Wasting no time, Young-ju goes in with a warrant for search and seizure the next day (election day).
Yoon-sung and Shik-joong ready their plan at the election site, which consists of Shik-joong going in with a press badge and blustering to the man working the lighting booth because he needs to get to the computer with his flash drive. Meanwhile, Yoon-sung shows up in a half-mask, flings a few guards around by their ties, disarms them, and clears the hallway. That is, until one last guard flies at him — I love that it’s the female guard, who’s older to boot, who manages to land a few blows on him while the men dropped like flies. Hilariously, though, it’s this very gendered thinking that impedes him, because Yoon-sung can’t bring himself to elbow a woman in the face, and he pulls back just a hair short of landing his own retaliatory blows. Hee.
So his clever way out of this moral quandary? He grabs the tie that he’d spun off one guard’s neck, and whirls the female guard around to tie her wrists together.
Seo prepares his speech backstage, bombasting to the empty room when a persistent knock sounds at the door. The instant he reaches for the metal knob, he’s sent reeling with the electrical shock, because Yoon-sung has tazed the door. Ha! Seo is knocked out cold.
The lighting/sound booth guy isn’t budging from his station, so Shik-joong keeps inventing complaints about the faulty system, trying to get him to step aside. Too bad his shoddy badge is detected, and Shik-joong hightails it out of there before he’s caught. He calls Yoon-sung to tell him to turn “it” on.
Nana is sent to escort Seo, and finds the hall littered with bodyguards. On alert, she makes her way to the green room, which is empty.
Police are called to the hall in response to Seo’s kidnapping, and Nana runs into Young-ju, who’s come in response to the news. She says that he’s sure to be in the building since exits are being monitored. (Adorably, proud Auntie gives her a silent “Fighting!”)

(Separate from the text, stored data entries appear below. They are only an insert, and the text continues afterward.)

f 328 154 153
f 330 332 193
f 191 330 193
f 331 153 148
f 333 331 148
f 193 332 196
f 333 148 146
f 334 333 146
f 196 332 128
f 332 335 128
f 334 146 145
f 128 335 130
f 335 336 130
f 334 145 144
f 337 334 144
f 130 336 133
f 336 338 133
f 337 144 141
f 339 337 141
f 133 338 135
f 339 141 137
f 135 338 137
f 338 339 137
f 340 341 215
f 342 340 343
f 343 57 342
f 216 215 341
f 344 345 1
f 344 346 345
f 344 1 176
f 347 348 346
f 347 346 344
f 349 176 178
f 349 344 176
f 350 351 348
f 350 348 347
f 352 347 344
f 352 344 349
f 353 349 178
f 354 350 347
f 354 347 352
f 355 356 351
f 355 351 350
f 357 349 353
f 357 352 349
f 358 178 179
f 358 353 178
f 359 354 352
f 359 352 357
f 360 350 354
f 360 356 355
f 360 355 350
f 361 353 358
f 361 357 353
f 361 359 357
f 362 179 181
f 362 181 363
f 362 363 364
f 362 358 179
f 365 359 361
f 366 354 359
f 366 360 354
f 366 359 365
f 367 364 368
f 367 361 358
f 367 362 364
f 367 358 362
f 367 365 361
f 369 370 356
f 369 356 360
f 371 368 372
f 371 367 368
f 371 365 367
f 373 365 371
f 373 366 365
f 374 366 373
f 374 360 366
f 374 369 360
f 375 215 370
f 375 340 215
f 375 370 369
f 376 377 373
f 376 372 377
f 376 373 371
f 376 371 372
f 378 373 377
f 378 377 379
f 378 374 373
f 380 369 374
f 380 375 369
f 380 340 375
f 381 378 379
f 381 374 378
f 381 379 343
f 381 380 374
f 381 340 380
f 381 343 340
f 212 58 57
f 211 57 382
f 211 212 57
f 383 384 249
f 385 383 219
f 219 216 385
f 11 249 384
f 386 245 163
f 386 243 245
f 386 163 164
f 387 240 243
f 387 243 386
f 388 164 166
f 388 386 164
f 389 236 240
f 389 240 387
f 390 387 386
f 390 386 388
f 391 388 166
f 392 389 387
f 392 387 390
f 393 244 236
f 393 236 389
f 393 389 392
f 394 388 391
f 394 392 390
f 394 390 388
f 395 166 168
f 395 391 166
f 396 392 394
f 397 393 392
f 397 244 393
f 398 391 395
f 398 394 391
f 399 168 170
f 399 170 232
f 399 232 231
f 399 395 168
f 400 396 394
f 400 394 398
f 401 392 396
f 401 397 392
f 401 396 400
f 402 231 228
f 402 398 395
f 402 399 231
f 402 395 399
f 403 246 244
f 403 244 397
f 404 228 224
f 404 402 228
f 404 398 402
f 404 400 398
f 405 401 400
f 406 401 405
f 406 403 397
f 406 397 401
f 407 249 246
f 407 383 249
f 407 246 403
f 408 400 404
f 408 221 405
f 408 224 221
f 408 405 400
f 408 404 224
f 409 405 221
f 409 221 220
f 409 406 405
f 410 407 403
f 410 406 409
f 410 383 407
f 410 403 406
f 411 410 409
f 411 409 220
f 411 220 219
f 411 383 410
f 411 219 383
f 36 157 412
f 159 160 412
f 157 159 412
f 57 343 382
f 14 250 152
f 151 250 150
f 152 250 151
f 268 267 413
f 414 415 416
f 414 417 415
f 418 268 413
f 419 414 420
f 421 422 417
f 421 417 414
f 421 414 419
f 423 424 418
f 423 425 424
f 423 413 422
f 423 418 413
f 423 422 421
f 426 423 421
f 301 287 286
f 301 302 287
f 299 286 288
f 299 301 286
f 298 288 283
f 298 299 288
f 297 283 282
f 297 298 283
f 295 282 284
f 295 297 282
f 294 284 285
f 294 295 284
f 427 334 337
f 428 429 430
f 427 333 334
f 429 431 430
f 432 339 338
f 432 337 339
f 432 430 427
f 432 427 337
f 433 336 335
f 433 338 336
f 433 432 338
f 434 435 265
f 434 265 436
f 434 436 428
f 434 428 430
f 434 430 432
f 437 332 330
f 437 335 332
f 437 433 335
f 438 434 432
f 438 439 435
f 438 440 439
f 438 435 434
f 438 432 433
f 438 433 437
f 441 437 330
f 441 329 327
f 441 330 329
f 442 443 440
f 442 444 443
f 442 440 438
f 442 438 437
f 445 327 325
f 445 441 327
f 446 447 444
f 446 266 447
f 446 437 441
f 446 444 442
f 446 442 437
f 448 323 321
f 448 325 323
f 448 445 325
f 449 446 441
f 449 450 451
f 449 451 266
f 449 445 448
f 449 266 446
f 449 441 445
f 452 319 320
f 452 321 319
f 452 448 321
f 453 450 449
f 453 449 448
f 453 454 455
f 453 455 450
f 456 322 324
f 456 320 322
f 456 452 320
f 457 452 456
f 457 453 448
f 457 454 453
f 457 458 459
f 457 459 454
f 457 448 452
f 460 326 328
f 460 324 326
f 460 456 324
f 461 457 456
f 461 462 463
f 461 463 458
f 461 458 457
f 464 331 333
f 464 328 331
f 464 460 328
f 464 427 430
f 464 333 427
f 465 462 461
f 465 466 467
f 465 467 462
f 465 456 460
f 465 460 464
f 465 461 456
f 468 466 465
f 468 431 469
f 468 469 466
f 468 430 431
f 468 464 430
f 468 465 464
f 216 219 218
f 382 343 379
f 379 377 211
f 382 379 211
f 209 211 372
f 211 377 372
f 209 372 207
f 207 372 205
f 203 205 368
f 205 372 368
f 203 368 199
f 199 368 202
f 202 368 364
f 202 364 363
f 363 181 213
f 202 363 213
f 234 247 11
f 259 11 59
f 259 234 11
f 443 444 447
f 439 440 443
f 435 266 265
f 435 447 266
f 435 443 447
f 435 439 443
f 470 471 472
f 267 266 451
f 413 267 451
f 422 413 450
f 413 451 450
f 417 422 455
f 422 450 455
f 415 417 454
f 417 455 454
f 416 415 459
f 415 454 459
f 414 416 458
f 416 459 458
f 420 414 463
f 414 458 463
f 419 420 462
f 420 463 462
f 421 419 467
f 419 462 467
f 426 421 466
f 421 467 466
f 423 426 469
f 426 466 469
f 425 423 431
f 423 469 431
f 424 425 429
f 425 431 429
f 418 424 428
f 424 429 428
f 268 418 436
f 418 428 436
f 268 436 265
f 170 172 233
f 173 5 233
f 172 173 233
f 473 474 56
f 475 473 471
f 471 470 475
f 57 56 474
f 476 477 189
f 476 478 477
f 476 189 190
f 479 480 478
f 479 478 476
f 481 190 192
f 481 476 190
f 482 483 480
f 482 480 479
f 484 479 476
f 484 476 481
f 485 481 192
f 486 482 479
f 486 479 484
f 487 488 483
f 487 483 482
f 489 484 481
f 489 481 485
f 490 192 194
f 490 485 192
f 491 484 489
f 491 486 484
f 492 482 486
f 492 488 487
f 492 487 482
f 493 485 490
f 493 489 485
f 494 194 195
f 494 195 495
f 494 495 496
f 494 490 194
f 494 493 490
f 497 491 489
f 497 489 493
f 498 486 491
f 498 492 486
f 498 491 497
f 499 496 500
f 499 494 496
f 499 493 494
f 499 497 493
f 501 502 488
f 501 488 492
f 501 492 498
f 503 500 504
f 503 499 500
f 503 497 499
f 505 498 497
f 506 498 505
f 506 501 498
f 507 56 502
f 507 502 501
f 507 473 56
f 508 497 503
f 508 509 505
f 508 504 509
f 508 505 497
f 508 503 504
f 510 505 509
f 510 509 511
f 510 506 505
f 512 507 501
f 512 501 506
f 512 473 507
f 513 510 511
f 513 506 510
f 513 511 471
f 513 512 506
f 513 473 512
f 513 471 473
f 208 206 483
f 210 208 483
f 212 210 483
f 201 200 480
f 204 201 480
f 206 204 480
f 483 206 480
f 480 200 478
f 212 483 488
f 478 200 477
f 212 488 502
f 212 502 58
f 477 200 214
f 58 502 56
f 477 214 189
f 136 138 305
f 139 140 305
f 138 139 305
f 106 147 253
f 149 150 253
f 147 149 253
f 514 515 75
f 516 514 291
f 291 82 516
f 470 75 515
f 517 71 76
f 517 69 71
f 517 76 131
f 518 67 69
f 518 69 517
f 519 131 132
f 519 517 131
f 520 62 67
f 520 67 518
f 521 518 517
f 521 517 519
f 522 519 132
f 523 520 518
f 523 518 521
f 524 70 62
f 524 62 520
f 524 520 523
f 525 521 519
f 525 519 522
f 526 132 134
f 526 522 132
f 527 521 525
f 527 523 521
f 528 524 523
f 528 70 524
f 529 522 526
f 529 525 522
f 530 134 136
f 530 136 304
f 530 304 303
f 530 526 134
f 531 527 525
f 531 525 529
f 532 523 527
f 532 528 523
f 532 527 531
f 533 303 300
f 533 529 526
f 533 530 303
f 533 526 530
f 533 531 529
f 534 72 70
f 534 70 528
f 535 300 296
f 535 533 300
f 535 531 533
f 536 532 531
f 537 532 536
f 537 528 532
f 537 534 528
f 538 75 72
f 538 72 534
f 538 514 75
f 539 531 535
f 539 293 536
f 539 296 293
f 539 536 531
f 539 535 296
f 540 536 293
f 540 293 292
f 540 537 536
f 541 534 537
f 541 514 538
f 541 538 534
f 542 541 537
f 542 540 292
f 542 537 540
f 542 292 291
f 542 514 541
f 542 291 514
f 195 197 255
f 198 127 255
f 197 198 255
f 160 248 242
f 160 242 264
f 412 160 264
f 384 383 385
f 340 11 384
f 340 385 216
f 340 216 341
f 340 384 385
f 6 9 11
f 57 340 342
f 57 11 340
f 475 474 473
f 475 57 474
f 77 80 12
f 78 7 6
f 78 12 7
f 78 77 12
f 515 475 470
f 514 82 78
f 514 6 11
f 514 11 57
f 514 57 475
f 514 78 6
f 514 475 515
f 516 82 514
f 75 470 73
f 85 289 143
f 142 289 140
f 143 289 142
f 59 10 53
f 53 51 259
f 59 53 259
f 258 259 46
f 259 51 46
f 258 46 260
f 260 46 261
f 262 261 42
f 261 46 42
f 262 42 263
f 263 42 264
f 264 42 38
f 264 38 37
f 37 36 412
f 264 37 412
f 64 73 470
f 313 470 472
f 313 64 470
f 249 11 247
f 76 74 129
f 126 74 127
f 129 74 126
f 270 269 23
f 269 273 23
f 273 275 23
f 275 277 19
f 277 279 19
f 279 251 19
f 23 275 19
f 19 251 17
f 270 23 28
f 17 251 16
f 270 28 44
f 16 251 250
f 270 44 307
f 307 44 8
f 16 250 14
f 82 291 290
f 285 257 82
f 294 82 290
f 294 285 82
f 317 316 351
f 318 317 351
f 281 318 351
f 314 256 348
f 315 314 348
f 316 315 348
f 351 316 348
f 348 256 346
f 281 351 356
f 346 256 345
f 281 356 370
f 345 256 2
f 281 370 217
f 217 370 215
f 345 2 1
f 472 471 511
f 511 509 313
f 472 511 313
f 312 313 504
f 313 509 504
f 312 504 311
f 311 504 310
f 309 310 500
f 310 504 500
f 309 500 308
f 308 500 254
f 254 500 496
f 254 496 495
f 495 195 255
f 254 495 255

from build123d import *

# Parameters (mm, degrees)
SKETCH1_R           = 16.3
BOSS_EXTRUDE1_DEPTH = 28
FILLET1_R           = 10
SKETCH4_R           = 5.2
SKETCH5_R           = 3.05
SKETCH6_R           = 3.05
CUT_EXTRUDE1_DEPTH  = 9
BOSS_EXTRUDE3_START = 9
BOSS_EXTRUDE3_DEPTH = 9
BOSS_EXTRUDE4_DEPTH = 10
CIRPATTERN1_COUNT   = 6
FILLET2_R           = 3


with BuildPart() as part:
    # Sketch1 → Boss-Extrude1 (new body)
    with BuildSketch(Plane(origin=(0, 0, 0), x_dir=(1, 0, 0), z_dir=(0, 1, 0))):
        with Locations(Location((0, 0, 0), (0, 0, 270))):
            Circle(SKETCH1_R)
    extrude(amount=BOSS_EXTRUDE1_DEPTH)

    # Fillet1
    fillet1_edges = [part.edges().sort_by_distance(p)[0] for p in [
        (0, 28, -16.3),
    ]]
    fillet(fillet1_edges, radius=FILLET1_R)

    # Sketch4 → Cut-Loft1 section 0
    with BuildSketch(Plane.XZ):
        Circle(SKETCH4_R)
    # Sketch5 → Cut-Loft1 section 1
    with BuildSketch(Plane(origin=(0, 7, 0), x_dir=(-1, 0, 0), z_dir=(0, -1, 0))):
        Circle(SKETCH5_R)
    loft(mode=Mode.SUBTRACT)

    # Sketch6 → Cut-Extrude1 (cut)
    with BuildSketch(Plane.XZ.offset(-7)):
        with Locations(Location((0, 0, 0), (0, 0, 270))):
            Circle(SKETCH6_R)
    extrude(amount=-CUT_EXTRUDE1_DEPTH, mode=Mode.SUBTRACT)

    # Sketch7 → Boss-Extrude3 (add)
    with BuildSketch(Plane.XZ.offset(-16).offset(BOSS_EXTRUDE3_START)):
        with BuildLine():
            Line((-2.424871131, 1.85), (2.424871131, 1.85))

The elevator comes to a halt, though, when the electricity is cut — by Jin-pyo. Nana is hoisted out of the elevator and continues her search, while Yoon-sung readies his exit on the rooftop, hooking up cables to the railing with a prone Seo lying at his feet.

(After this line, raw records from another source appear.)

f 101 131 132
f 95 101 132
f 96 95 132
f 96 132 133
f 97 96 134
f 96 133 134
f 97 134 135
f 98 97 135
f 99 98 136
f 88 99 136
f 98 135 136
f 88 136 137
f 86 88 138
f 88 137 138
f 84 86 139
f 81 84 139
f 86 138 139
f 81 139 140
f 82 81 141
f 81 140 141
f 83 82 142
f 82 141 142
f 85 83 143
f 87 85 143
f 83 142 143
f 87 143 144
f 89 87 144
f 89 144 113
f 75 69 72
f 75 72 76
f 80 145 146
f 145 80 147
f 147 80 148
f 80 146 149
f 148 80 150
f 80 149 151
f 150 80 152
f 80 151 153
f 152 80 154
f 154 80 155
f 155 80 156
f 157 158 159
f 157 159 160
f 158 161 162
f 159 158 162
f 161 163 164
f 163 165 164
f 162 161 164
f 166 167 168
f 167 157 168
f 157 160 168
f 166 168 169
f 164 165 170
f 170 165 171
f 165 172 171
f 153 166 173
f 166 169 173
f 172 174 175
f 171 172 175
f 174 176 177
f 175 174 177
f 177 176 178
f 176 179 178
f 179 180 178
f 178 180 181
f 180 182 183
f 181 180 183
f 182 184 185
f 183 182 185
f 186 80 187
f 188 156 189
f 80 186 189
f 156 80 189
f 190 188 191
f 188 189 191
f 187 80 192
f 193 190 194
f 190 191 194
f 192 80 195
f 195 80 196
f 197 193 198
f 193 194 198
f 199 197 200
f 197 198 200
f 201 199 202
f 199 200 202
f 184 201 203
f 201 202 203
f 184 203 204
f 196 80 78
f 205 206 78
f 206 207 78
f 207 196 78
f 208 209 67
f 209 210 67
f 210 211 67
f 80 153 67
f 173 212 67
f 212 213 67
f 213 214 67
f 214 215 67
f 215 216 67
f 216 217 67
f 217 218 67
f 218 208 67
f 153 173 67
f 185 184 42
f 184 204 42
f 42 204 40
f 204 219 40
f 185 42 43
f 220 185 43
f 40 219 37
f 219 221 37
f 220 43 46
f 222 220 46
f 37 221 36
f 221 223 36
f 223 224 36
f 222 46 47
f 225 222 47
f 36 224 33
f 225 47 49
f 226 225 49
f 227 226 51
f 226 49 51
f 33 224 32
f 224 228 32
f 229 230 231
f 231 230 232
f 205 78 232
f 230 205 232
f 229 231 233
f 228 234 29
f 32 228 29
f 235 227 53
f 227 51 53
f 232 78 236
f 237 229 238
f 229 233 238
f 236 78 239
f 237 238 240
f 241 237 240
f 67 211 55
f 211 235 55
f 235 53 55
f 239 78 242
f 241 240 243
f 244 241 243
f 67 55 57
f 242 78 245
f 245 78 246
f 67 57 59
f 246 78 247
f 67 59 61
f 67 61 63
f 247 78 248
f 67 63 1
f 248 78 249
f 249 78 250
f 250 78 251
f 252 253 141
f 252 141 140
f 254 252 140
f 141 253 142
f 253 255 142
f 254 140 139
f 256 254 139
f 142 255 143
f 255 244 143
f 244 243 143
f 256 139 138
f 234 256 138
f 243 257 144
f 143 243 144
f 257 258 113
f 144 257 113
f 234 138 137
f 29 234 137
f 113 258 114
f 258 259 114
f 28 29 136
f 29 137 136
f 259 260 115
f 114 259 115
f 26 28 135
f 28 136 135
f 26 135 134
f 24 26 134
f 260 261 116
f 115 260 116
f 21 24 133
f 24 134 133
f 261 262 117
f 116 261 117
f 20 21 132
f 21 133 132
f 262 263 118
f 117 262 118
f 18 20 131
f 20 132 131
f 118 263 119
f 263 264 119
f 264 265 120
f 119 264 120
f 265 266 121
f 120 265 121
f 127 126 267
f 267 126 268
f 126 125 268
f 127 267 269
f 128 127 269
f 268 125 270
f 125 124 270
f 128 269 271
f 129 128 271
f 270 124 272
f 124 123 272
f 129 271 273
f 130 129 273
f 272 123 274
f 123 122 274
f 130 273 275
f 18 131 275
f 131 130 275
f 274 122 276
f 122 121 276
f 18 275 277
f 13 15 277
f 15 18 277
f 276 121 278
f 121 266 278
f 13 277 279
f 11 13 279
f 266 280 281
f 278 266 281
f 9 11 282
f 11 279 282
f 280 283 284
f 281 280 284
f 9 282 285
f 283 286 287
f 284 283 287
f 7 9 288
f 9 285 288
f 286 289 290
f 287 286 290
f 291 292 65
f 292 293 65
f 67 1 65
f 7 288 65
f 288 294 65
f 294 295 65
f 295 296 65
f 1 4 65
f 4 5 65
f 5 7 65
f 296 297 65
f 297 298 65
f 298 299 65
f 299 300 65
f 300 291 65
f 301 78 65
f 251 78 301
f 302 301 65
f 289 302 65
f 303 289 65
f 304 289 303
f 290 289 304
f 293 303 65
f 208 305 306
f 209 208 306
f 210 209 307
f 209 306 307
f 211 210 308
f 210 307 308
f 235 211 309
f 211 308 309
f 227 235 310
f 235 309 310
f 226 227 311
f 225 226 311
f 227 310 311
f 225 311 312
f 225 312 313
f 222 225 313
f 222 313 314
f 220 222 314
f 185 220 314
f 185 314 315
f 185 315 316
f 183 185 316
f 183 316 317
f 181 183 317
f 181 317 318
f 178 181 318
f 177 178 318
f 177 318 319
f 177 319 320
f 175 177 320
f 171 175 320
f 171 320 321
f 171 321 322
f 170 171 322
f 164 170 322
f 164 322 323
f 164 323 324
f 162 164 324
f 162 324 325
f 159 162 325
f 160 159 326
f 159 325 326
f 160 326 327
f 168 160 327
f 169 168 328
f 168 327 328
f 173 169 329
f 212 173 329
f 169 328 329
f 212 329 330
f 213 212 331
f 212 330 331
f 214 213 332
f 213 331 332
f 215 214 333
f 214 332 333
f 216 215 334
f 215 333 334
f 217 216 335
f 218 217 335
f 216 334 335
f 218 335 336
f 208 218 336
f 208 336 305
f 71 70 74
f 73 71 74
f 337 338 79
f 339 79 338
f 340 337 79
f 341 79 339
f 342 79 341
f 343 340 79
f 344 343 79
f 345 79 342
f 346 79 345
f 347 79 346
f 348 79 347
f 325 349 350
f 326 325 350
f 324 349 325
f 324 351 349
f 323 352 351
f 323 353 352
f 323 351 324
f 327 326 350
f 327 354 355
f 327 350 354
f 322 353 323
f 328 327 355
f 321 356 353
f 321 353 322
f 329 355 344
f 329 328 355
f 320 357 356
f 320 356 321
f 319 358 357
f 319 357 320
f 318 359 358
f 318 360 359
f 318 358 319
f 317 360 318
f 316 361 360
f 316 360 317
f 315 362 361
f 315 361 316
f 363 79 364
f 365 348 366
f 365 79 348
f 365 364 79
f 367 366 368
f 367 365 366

Which is when Nana levels her gun at his back and yells at him to stop.
Yoon-sung recognizes her voice, pauses for a second… and then makes a flying leap for the ledge.
And Nana shoots, the bullet landing in his back.
I’m really digging the various schemes involved in Yoon-sung’s City Hunting, which are fun if a little simple. I sort of miss the slickness of the schemes of Story of a Man, which is like City Hunter’s big brother in terms of darkness and complexity, but there’s a quick, zippy fun about the missions here.
I like that Yoon-sung is onboard with the revenge plans at the outset of each stage, but that he develops an additional, more personal reason in each case to really bring it home. With his sense of justice, he’d probably be as willing to embark on his masked avenger escapades purely based on the corrupt politicians’ misdeeds, but adding that emotional tie elevates the connection he has with each case, and therefore our connection to the drama as well.
As for the villains: These men do, interestingly, seem to love their country in their own way. I like that they’re not depicted as comic-book villains, completely evil or selfish power-mongers with no rhyme or reason. Lee Kyung-wan was (thus far) the most extreme in terms of being like a caricature of evil, but even he had his own set of twisted morals that justified, to himself, all his actions. It’s just that power corrupts, little by little, and they believe they’re still doing good while letting it infect everything they do. You can’t introduce corruption into your system and expect it to stay contained in one spot; it’s like cancer that way. And while killing the main component of that disease (i.e., the politician at the core) would cut out a good chunk of evildoing, Yoon-sung’s got the bigger picture in mind, as he says in this episode — the health of the nation. This isn’t about pure punishment, because what good is punishment if the injuries go untreated?